Scan the lines below for the string "CONE" and copy every one that has it.
+++ Records to process +++
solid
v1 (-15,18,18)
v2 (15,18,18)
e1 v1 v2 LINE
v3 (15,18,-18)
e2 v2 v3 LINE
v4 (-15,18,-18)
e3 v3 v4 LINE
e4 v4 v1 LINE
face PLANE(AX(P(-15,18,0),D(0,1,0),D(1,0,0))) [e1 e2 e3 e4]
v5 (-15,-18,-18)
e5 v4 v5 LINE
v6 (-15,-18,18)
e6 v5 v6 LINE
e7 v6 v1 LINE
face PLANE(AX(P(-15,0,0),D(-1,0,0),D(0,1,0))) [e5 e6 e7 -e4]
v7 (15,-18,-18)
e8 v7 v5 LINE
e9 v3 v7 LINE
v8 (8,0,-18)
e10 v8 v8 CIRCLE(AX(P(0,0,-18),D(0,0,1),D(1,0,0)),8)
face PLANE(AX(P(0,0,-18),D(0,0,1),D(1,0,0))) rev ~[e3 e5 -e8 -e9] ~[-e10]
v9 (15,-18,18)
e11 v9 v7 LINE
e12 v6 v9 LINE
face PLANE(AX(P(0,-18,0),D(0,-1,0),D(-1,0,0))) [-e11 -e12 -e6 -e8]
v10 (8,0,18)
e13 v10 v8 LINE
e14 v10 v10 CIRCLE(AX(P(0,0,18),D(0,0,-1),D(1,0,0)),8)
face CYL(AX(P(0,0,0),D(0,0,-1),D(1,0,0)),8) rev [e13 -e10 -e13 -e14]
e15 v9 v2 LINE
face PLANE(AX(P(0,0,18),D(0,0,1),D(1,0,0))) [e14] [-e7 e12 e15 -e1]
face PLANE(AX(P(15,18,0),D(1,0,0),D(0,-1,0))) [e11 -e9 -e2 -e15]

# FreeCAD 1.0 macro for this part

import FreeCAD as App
import Part
import Sketcher
from FreeCAD import Vector
Q = App.Units.Quantity

doc = App.newDocument("Part")
body = doc.addObject("PartDesign::Body", "Body")

# Sketch on XY plane
sketch1 = body.newObject("Sketcher::SketchObject", "Sketch")
sketch1.AttachmentSupport = (doc.getObject("XY_Plane"), [""])
sketch1.MapMode = "FlatFace"
sketch1.addGeometry([
    Part.LineSegment(Vector(-15, 18, 0), Vector(-15, -18, 0)),  # 0
    Part.LineSegment(Vector(-15, -18, 0), Vector(15, -18, 0)),  # 1
    Part.LineSegment(Vector(15, -18, 0), Vector(15, 18, 0)),  # 2
    Part.LineSegment(Vector(15, 18, 0), Vector(-15, 18, 0)),  # 3
    Part.Circle(Vector(0, 0, 0), Vector(0, 0, 1), 8),  # 4
], False)
sketch1.addConstraint([
    Sketcher.Constraint("Coincident", 0, 2, 1, 1),
    Sketcher.Constraint("Coincident", 1, 2, 2, 1),
    Sketcher.Constraint("Coincident", 2, 2, 3, 1),
    Sketcher.Constraint("Coincident", 3, 2, 0, 1),
    Sketcher.Constraint("Vertical", 0),
    Sketcher.Constraint("Horizontal", 1),
    Sketcher.Constraint("Vertical", 2),
    Sketcher.Constraint("Horizontal", 3),
    Sketcher.Constraint("Coincident", 4, 3, -1, 1),
    Sketcher.Constraint("Symmetric", 0, 2, 2, 2, -1, 1),
    Sketcher.Constraint("Diameter", 4, Q("16 mm")),
    Sketcher.Constraint("DistanceX", 1, 1, 1, 2, Q("30 mm")),
    Sketcher.Constraint("DistanceY", 0, 2, 0, 1, Q("36 mm")),
])
pad1 = body.newObject("PartDesign::Pad", "Pad")
pad1.Profile = sketch1
pad1.Length = 36
pad1.Midplane = True

doc.recompute()
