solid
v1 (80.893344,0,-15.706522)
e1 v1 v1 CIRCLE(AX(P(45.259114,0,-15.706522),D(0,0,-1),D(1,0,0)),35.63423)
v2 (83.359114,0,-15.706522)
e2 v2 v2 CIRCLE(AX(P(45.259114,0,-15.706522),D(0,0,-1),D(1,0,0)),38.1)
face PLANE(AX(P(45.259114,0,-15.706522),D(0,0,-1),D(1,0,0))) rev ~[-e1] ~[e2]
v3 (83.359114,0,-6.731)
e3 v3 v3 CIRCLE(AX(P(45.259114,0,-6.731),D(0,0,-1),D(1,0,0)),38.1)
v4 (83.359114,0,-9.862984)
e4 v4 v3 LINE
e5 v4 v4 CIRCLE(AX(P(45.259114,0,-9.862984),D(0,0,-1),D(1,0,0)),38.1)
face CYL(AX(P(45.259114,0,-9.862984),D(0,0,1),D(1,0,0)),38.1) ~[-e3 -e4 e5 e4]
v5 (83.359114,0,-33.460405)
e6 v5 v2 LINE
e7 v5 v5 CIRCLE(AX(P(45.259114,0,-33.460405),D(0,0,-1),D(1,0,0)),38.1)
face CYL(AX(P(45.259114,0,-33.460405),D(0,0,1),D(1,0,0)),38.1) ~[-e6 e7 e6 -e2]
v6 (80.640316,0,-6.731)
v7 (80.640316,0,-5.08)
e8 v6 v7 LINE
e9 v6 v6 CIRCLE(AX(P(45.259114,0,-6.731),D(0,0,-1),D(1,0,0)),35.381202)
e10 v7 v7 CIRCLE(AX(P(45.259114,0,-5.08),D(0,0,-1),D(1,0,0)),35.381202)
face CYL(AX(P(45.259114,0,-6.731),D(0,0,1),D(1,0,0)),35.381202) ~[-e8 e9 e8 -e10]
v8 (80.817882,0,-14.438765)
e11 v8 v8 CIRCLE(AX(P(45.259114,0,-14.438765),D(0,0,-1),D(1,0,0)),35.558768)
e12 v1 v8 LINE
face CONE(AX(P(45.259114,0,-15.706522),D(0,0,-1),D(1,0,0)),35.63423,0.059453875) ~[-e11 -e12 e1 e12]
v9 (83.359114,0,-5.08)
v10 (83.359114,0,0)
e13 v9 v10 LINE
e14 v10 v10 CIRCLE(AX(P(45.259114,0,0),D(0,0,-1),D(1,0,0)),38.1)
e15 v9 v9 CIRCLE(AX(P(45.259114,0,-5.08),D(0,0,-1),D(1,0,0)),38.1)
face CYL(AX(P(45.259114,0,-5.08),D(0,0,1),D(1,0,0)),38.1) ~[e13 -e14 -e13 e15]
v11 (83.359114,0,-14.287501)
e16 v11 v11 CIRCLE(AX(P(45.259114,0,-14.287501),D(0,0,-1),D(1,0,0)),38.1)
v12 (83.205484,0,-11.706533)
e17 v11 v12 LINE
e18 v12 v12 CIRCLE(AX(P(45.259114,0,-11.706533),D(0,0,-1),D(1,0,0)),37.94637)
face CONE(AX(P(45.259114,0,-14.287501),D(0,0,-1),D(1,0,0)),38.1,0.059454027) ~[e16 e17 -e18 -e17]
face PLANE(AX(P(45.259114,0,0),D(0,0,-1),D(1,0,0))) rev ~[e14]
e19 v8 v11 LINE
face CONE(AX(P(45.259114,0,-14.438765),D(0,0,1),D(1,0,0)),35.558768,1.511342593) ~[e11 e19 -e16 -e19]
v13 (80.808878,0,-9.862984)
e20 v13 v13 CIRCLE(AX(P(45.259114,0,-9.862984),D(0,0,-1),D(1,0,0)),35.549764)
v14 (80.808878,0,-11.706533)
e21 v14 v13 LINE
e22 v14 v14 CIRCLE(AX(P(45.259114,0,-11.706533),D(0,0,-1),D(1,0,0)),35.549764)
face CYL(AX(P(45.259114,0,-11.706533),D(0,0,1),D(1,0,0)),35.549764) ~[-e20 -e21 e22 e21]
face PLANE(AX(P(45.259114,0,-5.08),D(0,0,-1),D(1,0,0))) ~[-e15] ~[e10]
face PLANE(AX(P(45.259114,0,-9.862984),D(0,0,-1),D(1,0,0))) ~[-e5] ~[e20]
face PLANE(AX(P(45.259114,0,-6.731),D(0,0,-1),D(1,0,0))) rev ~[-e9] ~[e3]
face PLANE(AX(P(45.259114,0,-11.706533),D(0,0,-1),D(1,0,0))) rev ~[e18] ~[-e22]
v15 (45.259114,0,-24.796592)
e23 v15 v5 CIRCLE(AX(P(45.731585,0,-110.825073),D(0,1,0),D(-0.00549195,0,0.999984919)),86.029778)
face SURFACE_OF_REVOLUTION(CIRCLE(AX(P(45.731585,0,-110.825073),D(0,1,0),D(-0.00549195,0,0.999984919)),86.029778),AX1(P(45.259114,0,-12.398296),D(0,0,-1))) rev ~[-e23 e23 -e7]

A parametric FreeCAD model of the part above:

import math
import FreeCAD as App
import Part
import Sketcher
from FreeCAD import Vector
Q = App.Units.Quantity

doc = App.newDocument("Part")
body = doc.addObject("PartDesign::Body", "Body")

# Sketch on XZ plane
sketch1 = body.newObject("Sketcher::SketchObject", "Sketch")
sketch1.AttachmentSupport = (doc.getObject("XZ_Plane"), [""])
sketch1.MapMode = "FlatFace"
sketch1.addGeometry([
    Part.LineSegment(Vector(83.4, -5.1, 0), Vector(83.4, 0, 0)),  # 0
    Part.LineSegment(Vector(83.4, 0, 0), Vector(45.3, 0, 0)),  # 1
    Part.LineSegment(Vector(45.3, 0, 0), Vector(45.3, -24.8, 0)),  # 2
    Part.ArcOfCircle(Part.Circle(Vector(45.7, -110.8, 0), Vector(0, 0, 1), 86), math.radians(64), math.radians(90)),  # 3
    Part.LineSegment(Vector(83.4, -33.5, 0), Vector(83.4, -15.7, 0)),  # 4
    Part.LineSegment(Vector(83.4, -15.7, 0), Vector(80.9, -15.7, 0)),  # 5
    Part.LineSegment(Vector(80.9, -15.7, 0), Vector(80.8, -14.4, 0)),  # 6
    Part.LineSegment(Vector(80.8, -14.4, 0), Vector(83.4, -14.3, 0)),  # 7
    Part.LineSegment(Vector(83.4, -14.3, 0), Vector(83.2, -11.7, 0)),  # 8
    Part.LineSegment(Vector(83.2, -11.7, 0), Vector(80.8, -11.7, 0)),  # 9
    Part.LineSegment(Vector(80.8, -11.7, 0), Vector(80.8, -9.9, 0)),  # 10
    Part.LineSegment(Vector(80.8, -9.9, 0), Vector(83.4, -9.9, 0)),  # 11
    Part.LineSegment(Vector(83.4, -9.9, 0), Vector(83.4, -6.7, 0)),  # 12
    Part.LineSegment(Vector(83.4, -6.7, 0), Vector(80.6, -6.7, 0)),  # 13
    Part.LineSegment(Vector(80.6, -6.7, 0), Vector(80.6, -5.1, 0)),  # 14
    Part.LineSegment(Vector(80.6, -5.1, 0), Vector(83.4, -5.1, 0)),  # 15
], False)
sketch1.addGeometry(Part.LineSegment(Vector(45.3, 0, 0), Vector(45.3, -110.8, 0)), True)  # axis
sketch1.addConstraint([
    Sketcher.Constraint("Coincident", 0, 2, 1, 1),
    Sketcher.Constraint("Coincident", 1, 2, 2, 1),
    Sketcher.Constraint("Coincident", 2, 2, 3, 2),
    Sketcher.Constraint("Coincident", 3, 1, 4, 1),
    Sketcher.Constraint("Coincident", 4, 2, 5, 1),
    Sketcher.Constraint("Coincident", 5, 2, 6, 1),
    Sketcher.Constraint("Coincident", 6, 2, 7, 1),
    Sketcher.Constraint("Coincident", 7, 2, 8, 1),
    Sketcher.Constraint("Coincident", 8, 2, 9, 1),
    Sketcher.Constraint("Coincident", 9, 2, 10, 1),
    Sketcher.Constraint("Coincident", 10, 2, 11, 1),
    Sketcher.Constraint("Coincident", 11, 2, 12, 1),
    Sketcher.Constraint("Coincident", 12, 2, 13, 1),
    Sketcher.Constraint("Coincident", 13, 2, 14, 1),
    Sketcher.Constraint("Coincident", 14, 2, 15, 1),
    Sketcher.Constraint("Coincident", 15, 2, 0, 1),
    Sketcher.Constraint("Vertical", 0),
    Sketcher.Constraint("Horizontal", 1),
    Sketcher.Constraint("Vertical", 2),
    Sketcher.Constraint("Vertical", 4),
    Sketcher.Constraint("Horizontal", 5),
    Sketcher.Constraint("Horizontal", 9),
    Sketcher.Constraint("Vertical", 10),
    Sketcher.Constraint("Horizontal", 11),
    Sketcher.Constraint("Vertical", 12),
    Sketcher.Constraint("Horizontal", 13),
    Sketcher.Constraint("Vertical", 14),
    Sketcher.Constraint("Horizontal", 15),
    Sketcher.Constraint("Vertical", 16),
    Sketcher.Constraint("Coincident", 16, 1, 1, 2),
    Sketcher.Constraint("PointOnObject", 0, 2, -1),
    Sketcher.Constraint("Perpendicular", 6, 7),
    Sketcher.Constraint("Perpendicular", 7, 8),
    Sketcher.Constraint("Horizontal", 3, 3, 16, 2),
    Sketcher.Constraint("Vertical", 0, 2, 3, 1),
    Sketcher.Constraint("Vertical", 4, 2, 7, 2),
    Sketcher.Constraint("Vertical", 7, 2, 11, 2),
    Sketcher.Constraint("DistanceX", 1, 2, 1, 1, Q("1.5 in")),
    Sketcher.Constraint("DistanceY", 0, 1, 0, 2, Q("0.2 in")),
    Sketcher.Constraint("Distance", 6, Q("0.05 in")),
    Sketcher.Constraint("DistanceY", 14, 1, 14, 2, Q("0.065 in")),
    Sketcher.Constraint("DistanceY", 7, 2, -1, 1, Q("0.5625 in")),
    Sketcher.Constraint("Radius", 3, 86.029778),
    Sketcher.Constraint("DistanceX", 6, 2, 8, 2, Q("0.0940001 in")),
    Sketcher.Constraint("DistanceX", 13, 2, 13, 1, 2.718798),
    Sketcher.Constraint("DistanceX", 5, 2, 5, 1, 2.46577),
    Sketcher.Constraint("DistanceY", 10, 1, 10, 2, 1.843549),
    Sketcher.Constraint("Distance", 7, 2.54573),
    Sketcher.Constraint("DistanceX", 9, 2, 9, 1, 2.396606),
    Sketcher.Constraint("DistanceY", 2, 2, 2, 1, 24.796592),
    Sketcher.Constraint("DistanceY", 4, 1, 4, 2, 17.753883),
    Sketcher.Constraint("DistanceX", -1, 1, 6, 2, 80.817882),
])
revolution = body.newObject("PartDesign::Revolution", "Revolution")
revolution.Profile = sketch1
revolution.ReferenceAxis = (sketch1, ["Axis0"])
revolution.Angle = 360

doc.recompute()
+++
:: Result of this task ::
face CONE(AX(P(45.259114,0,-15.706522),D(0,0,-1),D(1,0,0)),35.63423,0.059453875) ~[-e11 -e12 e1 e12]
face CONE(AX(P(45.259114,0,-14.287501),D(0,0,-1),D(1,0,0)),38.1,0.059454027) ~[e16 e17 -e18 -e17]
face CONE(AX(P(45.259114,0,-14.438765),D(0,0,1),D(1,0,0)),35.558768,1.511342593) ~[e11 e19 -e16 -e19]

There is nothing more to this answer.